For some, race is too hard to talk about.  For some, privilege, and acknowledgement of what that really means in our society today, is simplified and tailored to at times, skew the issues and mess with the realities.  For Sarah, facing its complexities through personal reflection and within a novel community of hip hop heads was transforming.  And I had the benefit of sitting side-by-side with her as we engaged in some really critical (and fun) work.  I love Sarah's metaphors and also her straight-up realizations.  Her honesty about where she came from and where she is now will undoubtedly resonate, but I think the real challenge lies in the question: Will you stay on or will you get off the bus?  And as extensions for me: When? For how long? For real?  Enjoy Sarah's insight where aspects of home and place are found in shaking things up a bit . . .

1. School Bus

When my daughter went to kindergarten, we started talking about race.
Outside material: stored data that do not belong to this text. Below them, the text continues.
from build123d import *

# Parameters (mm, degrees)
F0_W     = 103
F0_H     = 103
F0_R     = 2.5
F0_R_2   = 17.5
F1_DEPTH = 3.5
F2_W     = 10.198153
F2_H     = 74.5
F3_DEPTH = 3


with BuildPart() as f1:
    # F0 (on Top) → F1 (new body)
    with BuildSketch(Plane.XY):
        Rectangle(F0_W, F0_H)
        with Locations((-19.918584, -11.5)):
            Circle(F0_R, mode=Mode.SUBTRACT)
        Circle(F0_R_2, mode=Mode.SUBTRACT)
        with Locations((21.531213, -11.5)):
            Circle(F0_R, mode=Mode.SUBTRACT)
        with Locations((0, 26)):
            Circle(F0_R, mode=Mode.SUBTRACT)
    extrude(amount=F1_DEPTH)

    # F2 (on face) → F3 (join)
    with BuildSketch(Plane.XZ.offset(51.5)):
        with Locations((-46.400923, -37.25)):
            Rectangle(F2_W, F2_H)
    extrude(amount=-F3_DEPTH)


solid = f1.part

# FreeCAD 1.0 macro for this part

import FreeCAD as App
import Part
import Sketcher

V = App.Vector


def add_polygon(sketch, points):
    """Adds a closed chain of lines whose ends are joined by coincident constraints."""
    first, n = sketch.GeometryCount, len(points)
    for a, b in zip(points, points[1:] + points[:1]):
        sketch.addGeometry(Part.LineSegment(App.Vector(*a, 0), App.Vector(*b, 0)), False)
    for i in range(n):
        sketch.addConstraint(Sketcher.Constraint("Coincident", first + i, 2, first + (i + 1) % n, 1))

doc = App.newDocument("Part")
body = doc.addObject("PartDesign::Body", "Body")

sketch1 = doc.addObject("Sketcher::SketchObject", "Sketch")
body.addObject(sketch1)
sketch1.AttachmentSupport = (doc.XY_Plane, [""])
sketch1.MapMode = "FlatFace"
add_polygon(sketch1, [(-51.5, 51.5), (-51.5, -51.5), (51.5, -51.5), (51.5, 51.5)])
sketch1.addGeometry(Part.Circle(V(-19.918584, -11.5, 0), V(0, 0, 1), 2.5), False)
sketch1.addGeometry(Part.Circle(V(0, 0, 0), V(0, 0, 1), 17.5), False)
sketch1.addGeometry(Part.Circle(V(21.531213, -11.5, 0), V(0, 0, 1), 2.5), False)
sketch1.addGeometry(Part.Circle(V(0, 26, 0), V(0, 0, 1), 2.5), False)
sketch1.addConstraint([
    Sketcher.Constraint("Vertical", 0),
    Sketcher.Constraint("Horizontal", 1),
    Sketcher.Constraint("Vertical", 2),
    Sketcher.Constraint("Horizontal", 3),
    Sketcher.Constraint("Coincident", 5, 3, -1, 1),
    Sketcher.Constraint("Equal", 4, 6),
    Sketcher.Constraint("Equal", 6, 7),
    Sketcher.Constraint("Symmetric", 0, 2, 2, 2, -1, 1),
    Sketcher.Constraint("PointOnObject", 7, 3, -2),
    Sketcher.Constraint("Horizontal", 4, 3, 6, 3),
    Sketcher.Constraint("Equal", 3, 0),
    Sketcher.Constraint("Diameter", 4, 5.0),
    Sketcher.Constraint("Diameter", 5, 35.0),
    Sketcher.Constraint("DistanceX", 1, 1, 1, 2, 103.0),
    Sketcher.Constraint("DistanceY", -1, 1, 7, 3, 26.0),
    Sketcher.Constraint("DistanceY", 0, 2, 4, 3, 40.0),
    Sketcher.Constraint("DistanceX", 4, 3, -1, 1, 19.918584),
    Sketcher.Constraint("DistanceX", -1, 1, 6, 3, 21.531213),
])
pad1 = doc.addObject("PartDesign::Pad", "Pad")
body.addObject(pad1)
pad1.Profile = sketch1
pad1.Length = 3.5

sketch2 = doc.addObject("Sketcher::SketchObject", "Sketch001")
body.addObject(sketch2)
sketch2.AttachmentSupport = (doc.XZ_Plane, [""])
sketch2.MapMode = "FlatFace"
sketch2.AttachmentOffset = App.Placement(V(0, 0, 51.5), App.Rotation())
add_polygon(sketch2, [(-51.5, 0), (-51.5, -74.5), (-41.301847, -74.5), (-41.301847, 0)])
sketch2.addConstraint([
    Sketcher.Constraint("Vertical", 0),
    Sketcher.Constraint("Horizontal", 1),
    Sketcher.Constraint("Vertical", 2),
    Sketcher.Constraint("Horizontal", 3),
    Sketcher.Constraint("PointOnObject", 2, 2, -1),
    Sketcher.Constraint("DistanceY", 0, 2, 0, 1, 74.5),
    Sketcher.Constraint("DistanceX", 0, 2, -1, 1, 51.5),
    Sketcher.Constraint("DistanceX", 1, 1, 1, 2, 10.198153),
])
pad2 = doc.addObject("PartDesign::Pad", "Pad001")
body.addObject(pad2)
pad2.Profile = sketch2
pad2.Length = 3
pad2.Reversed = True

doc.recompute()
Until then, as a white family in a mostly white neighborhood in a city that largely identifies still as white, we had more or less avoided the issue.  Don't get me wrong: we had picture books which featured lots of characters of every color.  We listened to music of all kinds by all kinds of people.  We mentioned Martin Luther King Jr., and Abraham Lincoln, and the Civil War and Civil Rights, and tried to put whatever our kids heard as young ones into context.  But mostly, we could afford to purposely walk around the topic, and in my good-hearted liberal way I thought that was best.  Why encourage my children to see difference?
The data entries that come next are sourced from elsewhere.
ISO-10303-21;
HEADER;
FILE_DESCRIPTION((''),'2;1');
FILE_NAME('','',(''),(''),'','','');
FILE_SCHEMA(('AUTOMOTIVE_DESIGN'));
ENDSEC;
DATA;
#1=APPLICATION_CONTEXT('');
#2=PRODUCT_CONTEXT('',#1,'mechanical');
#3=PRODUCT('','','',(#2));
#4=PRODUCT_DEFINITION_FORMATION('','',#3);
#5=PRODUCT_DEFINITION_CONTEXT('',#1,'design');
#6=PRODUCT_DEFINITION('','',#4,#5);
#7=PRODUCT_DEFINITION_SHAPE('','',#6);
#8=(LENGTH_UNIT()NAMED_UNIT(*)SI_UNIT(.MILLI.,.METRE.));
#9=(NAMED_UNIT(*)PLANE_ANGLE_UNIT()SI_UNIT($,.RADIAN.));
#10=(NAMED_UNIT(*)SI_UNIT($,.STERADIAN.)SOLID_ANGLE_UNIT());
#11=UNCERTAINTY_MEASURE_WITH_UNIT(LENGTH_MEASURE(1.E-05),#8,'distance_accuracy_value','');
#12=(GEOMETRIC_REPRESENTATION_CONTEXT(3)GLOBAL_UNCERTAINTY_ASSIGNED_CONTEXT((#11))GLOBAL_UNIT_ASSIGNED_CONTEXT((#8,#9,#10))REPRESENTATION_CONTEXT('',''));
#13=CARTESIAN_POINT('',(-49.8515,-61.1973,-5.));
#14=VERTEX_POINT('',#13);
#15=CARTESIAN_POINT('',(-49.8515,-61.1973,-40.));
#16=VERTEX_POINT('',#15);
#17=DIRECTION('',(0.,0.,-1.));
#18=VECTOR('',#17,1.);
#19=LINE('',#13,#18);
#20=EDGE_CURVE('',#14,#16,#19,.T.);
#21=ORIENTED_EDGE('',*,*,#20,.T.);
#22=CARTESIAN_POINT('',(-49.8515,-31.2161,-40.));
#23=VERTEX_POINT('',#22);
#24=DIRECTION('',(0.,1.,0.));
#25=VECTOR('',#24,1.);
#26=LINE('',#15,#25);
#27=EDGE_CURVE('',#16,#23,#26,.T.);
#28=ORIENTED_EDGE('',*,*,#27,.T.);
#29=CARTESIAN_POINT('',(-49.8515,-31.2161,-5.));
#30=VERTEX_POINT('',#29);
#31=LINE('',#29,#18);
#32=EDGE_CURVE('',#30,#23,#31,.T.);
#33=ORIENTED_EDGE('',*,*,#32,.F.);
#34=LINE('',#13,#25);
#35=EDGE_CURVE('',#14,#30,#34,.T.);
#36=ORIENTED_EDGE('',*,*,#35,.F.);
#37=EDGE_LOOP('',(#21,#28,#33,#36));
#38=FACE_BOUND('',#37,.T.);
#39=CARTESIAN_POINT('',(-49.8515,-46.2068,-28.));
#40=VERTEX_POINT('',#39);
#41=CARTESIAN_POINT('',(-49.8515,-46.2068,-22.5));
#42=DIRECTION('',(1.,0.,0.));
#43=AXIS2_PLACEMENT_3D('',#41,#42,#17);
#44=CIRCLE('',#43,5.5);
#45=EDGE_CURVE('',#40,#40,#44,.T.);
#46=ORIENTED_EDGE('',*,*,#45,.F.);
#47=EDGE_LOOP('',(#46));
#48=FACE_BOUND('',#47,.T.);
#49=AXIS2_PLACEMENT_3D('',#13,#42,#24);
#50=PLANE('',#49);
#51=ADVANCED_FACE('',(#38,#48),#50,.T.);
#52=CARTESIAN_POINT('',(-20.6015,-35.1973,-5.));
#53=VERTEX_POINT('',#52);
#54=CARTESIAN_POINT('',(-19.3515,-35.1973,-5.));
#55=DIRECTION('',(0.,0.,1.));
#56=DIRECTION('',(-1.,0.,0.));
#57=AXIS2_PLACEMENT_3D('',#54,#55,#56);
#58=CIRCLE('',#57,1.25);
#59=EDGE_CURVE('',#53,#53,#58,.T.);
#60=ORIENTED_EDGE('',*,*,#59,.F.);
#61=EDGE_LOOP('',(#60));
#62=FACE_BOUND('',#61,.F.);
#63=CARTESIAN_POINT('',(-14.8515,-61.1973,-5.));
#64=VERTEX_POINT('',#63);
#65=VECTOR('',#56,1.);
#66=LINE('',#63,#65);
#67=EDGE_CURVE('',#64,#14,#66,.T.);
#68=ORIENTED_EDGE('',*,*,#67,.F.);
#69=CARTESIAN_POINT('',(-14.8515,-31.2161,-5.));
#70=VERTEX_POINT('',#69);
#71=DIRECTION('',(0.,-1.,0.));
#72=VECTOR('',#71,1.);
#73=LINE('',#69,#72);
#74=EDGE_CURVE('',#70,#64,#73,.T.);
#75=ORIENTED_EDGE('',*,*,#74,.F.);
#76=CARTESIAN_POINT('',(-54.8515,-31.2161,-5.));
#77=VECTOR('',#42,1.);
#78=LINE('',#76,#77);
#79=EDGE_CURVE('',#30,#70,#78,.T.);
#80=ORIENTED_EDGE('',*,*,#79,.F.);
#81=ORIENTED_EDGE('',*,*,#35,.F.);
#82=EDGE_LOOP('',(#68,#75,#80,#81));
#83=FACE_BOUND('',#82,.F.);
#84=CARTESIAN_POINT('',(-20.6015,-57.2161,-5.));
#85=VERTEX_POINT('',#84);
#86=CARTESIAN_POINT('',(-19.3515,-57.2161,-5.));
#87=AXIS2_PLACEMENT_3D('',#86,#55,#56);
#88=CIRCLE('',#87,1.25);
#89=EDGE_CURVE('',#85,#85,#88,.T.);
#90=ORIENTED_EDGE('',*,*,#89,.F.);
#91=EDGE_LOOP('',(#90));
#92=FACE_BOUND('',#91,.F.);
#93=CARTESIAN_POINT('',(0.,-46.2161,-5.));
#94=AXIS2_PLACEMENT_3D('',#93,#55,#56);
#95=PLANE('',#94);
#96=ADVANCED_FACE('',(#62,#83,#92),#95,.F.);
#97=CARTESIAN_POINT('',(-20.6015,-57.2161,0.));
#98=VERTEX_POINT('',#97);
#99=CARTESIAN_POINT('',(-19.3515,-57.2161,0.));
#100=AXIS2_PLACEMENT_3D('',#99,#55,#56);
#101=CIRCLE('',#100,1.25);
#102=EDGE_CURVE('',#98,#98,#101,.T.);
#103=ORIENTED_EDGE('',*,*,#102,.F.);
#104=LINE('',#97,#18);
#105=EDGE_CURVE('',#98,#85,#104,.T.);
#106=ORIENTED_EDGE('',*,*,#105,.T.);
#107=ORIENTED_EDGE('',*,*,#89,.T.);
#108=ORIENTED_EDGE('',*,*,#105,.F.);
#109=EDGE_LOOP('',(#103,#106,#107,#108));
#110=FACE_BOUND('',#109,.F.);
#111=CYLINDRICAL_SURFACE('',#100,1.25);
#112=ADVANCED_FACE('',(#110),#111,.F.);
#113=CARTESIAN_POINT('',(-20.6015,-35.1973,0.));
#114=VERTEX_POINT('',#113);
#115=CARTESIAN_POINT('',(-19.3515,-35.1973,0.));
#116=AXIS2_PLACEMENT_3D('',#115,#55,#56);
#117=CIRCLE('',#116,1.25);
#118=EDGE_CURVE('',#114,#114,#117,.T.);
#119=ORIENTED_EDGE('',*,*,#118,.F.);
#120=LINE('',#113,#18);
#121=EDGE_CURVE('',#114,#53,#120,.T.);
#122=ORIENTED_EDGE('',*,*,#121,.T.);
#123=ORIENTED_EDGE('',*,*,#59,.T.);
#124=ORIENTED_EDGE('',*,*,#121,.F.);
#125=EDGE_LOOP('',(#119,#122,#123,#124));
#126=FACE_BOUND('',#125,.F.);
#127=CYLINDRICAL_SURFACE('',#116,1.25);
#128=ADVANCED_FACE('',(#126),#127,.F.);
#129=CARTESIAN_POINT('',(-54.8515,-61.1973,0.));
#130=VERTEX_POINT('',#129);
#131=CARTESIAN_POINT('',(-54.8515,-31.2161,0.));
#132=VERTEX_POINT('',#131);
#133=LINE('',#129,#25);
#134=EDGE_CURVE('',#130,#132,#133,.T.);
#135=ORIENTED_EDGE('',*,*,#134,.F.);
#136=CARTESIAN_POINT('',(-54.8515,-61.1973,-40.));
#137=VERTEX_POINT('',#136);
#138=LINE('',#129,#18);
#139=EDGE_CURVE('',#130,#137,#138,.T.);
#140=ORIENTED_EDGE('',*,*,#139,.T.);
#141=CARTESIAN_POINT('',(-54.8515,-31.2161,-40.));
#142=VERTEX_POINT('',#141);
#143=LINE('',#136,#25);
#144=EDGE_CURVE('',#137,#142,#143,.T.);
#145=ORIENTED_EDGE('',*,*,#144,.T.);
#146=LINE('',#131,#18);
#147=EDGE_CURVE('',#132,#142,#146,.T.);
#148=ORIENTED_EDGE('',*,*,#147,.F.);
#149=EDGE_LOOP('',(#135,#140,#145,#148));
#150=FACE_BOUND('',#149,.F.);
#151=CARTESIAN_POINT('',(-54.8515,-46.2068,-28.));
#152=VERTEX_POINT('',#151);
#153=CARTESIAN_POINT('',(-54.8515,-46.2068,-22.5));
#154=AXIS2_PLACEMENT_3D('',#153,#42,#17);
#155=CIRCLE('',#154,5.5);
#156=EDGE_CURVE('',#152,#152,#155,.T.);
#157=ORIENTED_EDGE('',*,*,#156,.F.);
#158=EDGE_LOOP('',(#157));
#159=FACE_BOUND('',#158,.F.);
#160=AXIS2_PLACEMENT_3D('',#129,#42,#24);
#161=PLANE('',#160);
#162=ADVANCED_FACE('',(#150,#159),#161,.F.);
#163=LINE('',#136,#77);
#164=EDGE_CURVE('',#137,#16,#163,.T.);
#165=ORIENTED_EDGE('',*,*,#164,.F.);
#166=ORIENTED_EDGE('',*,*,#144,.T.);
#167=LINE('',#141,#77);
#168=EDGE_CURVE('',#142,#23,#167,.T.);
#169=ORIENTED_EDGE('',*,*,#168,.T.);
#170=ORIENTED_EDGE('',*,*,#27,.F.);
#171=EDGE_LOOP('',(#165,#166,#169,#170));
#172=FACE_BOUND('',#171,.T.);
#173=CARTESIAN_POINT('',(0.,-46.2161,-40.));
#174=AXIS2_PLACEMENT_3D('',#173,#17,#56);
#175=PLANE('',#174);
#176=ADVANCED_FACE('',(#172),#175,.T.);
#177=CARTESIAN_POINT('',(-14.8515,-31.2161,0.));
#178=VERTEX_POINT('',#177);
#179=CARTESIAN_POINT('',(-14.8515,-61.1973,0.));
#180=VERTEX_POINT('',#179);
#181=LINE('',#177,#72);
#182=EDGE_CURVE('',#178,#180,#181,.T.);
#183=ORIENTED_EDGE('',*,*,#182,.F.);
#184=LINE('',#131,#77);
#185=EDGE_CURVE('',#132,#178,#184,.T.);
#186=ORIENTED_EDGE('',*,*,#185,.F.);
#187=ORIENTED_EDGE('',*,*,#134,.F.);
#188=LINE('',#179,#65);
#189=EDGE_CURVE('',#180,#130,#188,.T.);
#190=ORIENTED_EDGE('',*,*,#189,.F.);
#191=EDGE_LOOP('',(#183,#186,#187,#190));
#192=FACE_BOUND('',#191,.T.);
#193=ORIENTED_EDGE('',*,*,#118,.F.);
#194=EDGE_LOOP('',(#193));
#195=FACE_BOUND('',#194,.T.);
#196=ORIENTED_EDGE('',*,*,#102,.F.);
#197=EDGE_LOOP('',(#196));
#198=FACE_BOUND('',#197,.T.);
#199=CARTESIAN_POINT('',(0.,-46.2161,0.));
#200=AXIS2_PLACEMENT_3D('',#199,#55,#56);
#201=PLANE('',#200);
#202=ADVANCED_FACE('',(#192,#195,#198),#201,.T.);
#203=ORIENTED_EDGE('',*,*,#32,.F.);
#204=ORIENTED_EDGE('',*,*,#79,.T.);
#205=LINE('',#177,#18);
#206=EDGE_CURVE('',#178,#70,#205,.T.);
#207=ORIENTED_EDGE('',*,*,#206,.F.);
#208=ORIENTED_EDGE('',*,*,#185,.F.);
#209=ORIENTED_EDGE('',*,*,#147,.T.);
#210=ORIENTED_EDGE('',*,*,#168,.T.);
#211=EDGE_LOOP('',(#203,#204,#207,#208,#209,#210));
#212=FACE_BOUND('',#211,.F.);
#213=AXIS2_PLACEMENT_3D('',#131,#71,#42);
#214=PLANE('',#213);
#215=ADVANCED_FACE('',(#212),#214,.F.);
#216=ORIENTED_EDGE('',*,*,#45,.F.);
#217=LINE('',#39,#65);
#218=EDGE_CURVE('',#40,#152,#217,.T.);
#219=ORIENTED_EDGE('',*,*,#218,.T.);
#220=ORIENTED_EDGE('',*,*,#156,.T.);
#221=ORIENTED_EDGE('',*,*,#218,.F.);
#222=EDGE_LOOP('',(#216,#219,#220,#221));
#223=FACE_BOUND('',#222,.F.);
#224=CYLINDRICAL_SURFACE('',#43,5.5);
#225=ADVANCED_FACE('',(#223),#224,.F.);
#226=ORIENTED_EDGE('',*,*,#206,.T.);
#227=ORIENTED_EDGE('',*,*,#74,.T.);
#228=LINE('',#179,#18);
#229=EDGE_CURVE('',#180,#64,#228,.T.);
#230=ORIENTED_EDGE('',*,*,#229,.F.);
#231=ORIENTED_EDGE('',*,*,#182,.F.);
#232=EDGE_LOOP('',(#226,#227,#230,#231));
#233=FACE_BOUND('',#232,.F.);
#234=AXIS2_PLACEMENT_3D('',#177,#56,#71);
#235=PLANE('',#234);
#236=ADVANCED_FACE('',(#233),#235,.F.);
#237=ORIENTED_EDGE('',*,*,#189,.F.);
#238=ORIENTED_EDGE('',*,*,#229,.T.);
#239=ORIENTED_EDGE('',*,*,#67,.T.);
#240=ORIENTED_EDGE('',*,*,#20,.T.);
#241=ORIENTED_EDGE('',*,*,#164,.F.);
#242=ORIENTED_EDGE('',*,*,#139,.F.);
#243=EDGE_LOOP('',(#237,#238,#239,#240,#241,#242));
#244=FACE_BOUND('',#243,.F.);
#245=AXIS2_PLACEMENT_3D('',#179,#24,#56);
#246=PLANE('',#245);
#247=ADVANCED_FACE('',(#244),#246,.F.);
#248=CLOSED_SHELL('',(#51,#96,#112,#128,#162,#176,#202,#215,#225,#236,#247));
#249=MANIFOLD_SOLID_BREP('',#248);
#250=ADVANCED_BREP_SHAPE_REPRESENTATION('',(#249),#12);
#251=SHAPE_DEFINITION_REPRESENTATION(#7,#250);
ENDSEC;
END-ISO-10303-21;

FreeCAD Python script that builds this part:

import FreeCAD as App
import Part
import Sketcher
from FreeCAD import Vector
Q = App.Units.Quantity

doc = App.newDocument("Part")
body = doc.addObject("PartDesign::Body", "Body")

# Sketch on XY plane
sketch1 = doc.addObject("Sketcher::SketchObject", "Sketch")
body.addObject(sketch1)
sketch1.AttachmentSupport = (doc.XY_Plane, [""])
sketch1.MapMode = "FlatFace"
sketch1.addGeometry(Part.LineSegment(Vector(-54.8515, -61.1973, 0), Vector(-14.8515, -61.1973, 0)), False)
sketch1.addGeometry(Part.LineSegment(Vector(-14.8515, -61.1973, 0), Vector(-14.8515, -31.2161, 0)), False)
sketch1.addGeometry(Part.LineSegment(Vector(-14.8515, -31.2161, 0), Vector(-54.8515, -31.2161, 0)), False)
sketch1.addGeometry(Part.LineSegment(Vector(-54.8515, -31.2161, 0), Vector(-54.8515, -61.1973, 0)), False)
sketch1.addGeometry(Part.Circle(Vector(-19.3515, -35.1973, 0), Vector(0, 0, 1), 1.25), False)
sketch1.addGeometry(Part.Circle(Vector(-19.3515, -57.2161, 0), Vector(0, 0, 1), 1.25), False)
sketch1.addConstraint(Sketcher.Constraint("Coincident", 0, 2, 1, 1))
sketch1.addConstraint(Sketcher.Constraint("Coincident", 1, 2, 2, 1))
sketch1.addConstraint(Sketcher.Constraint("Coincident", 2, 2, 3, 1))
sketch1.addConstraint(Sketcher.Constraint("Coincident", 3, 2, 0, 1))
sketch1.addConstraint(Sketcher.Constraint("Horizontal", 0))
sketch1.addConstraint(Sketcher.Constraint("Vertical", 1))
sketch1.addConstraint(Sketcher.Constraint("Horizontal", 2))
sketch1.addConstraint(Sketcher.Constraint("Vertical", 3))
sketch1.addConstraint(Sketcher.Constraint("Equal", 4, 5))
sketch1.addConstraint(Sketcher.Constraint("Vertical", 4, 3, 5, 3))
sketch1.addConstraint(Sketcher.Constraint("Diameter", 4, Q("2.5 mm")))
sketch1.addConstraint(Sketcher.Constraint("DistanceX", 0, 1, 0, 2, Q("40 mm")))
sketch1.addConstraint(Sketcher.Constraint("DistanceY", 0, 2, 4, 3, Q("26 mm")))
sketch1.addConstraint(Sketcher.Constraint("DistanceY", 5, 3, 1, 2, Q("26 mm")))
sketch1.addConstraint(Sketcher.Constraint("DistanceX", 5, 3, 0, 2, Q("4.5 mm")))
sketch1.addConstraint(Sketcher.Constraint("DistanceY", 1, 1, 1, 2, Q("29.9812 mm")))
sketch1.addConstraint(Sketcher.Constraint("DistanceY", 5, 3, -1, 1, Q("57.216 mm")))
So my girl went off to school and within the first two weeks she picked up on the fact that it was the "three dark-skinned boys," as she called them, in her class that were having the most difficulty navigating the rules of school.  They were the ones getting in trouble, and why was that she wanted to know.

So I tried to explain that not every kid goes to preschool for three years before starting kindergarten.  Not every kid has an older sibling who brings home stories to school to help prepare.  Not every kid learns in the same way, or comes from families with lots of educational background, etc. etc. All the socio-economic indicators, all the cultural factors I could think of, parsed for a 5 year old.

Then a few weeks later she showed me a picture from art class: a school bus (she was obsessed with school buses for years), the driver clearly herself with signature out of control curly red hair.  And threin the seats, looking out the windows and smiling were . . . the three dark skinned boys from her class.

This was the first real education my daughter received in Madison's public schools, lessons I did not want her to learn, seeing patterns and making connections I never wanted her to see or make, doing her best to make sense of it.  At a five year old level, driving those little guys to school was - I believe - an act of generosity and open-heartedness on her part.  She really wanted them to succeed and get in the classroom groove, and she saw (in a metaphorical image) that she was someone who already knew the culturally mapped out route to success.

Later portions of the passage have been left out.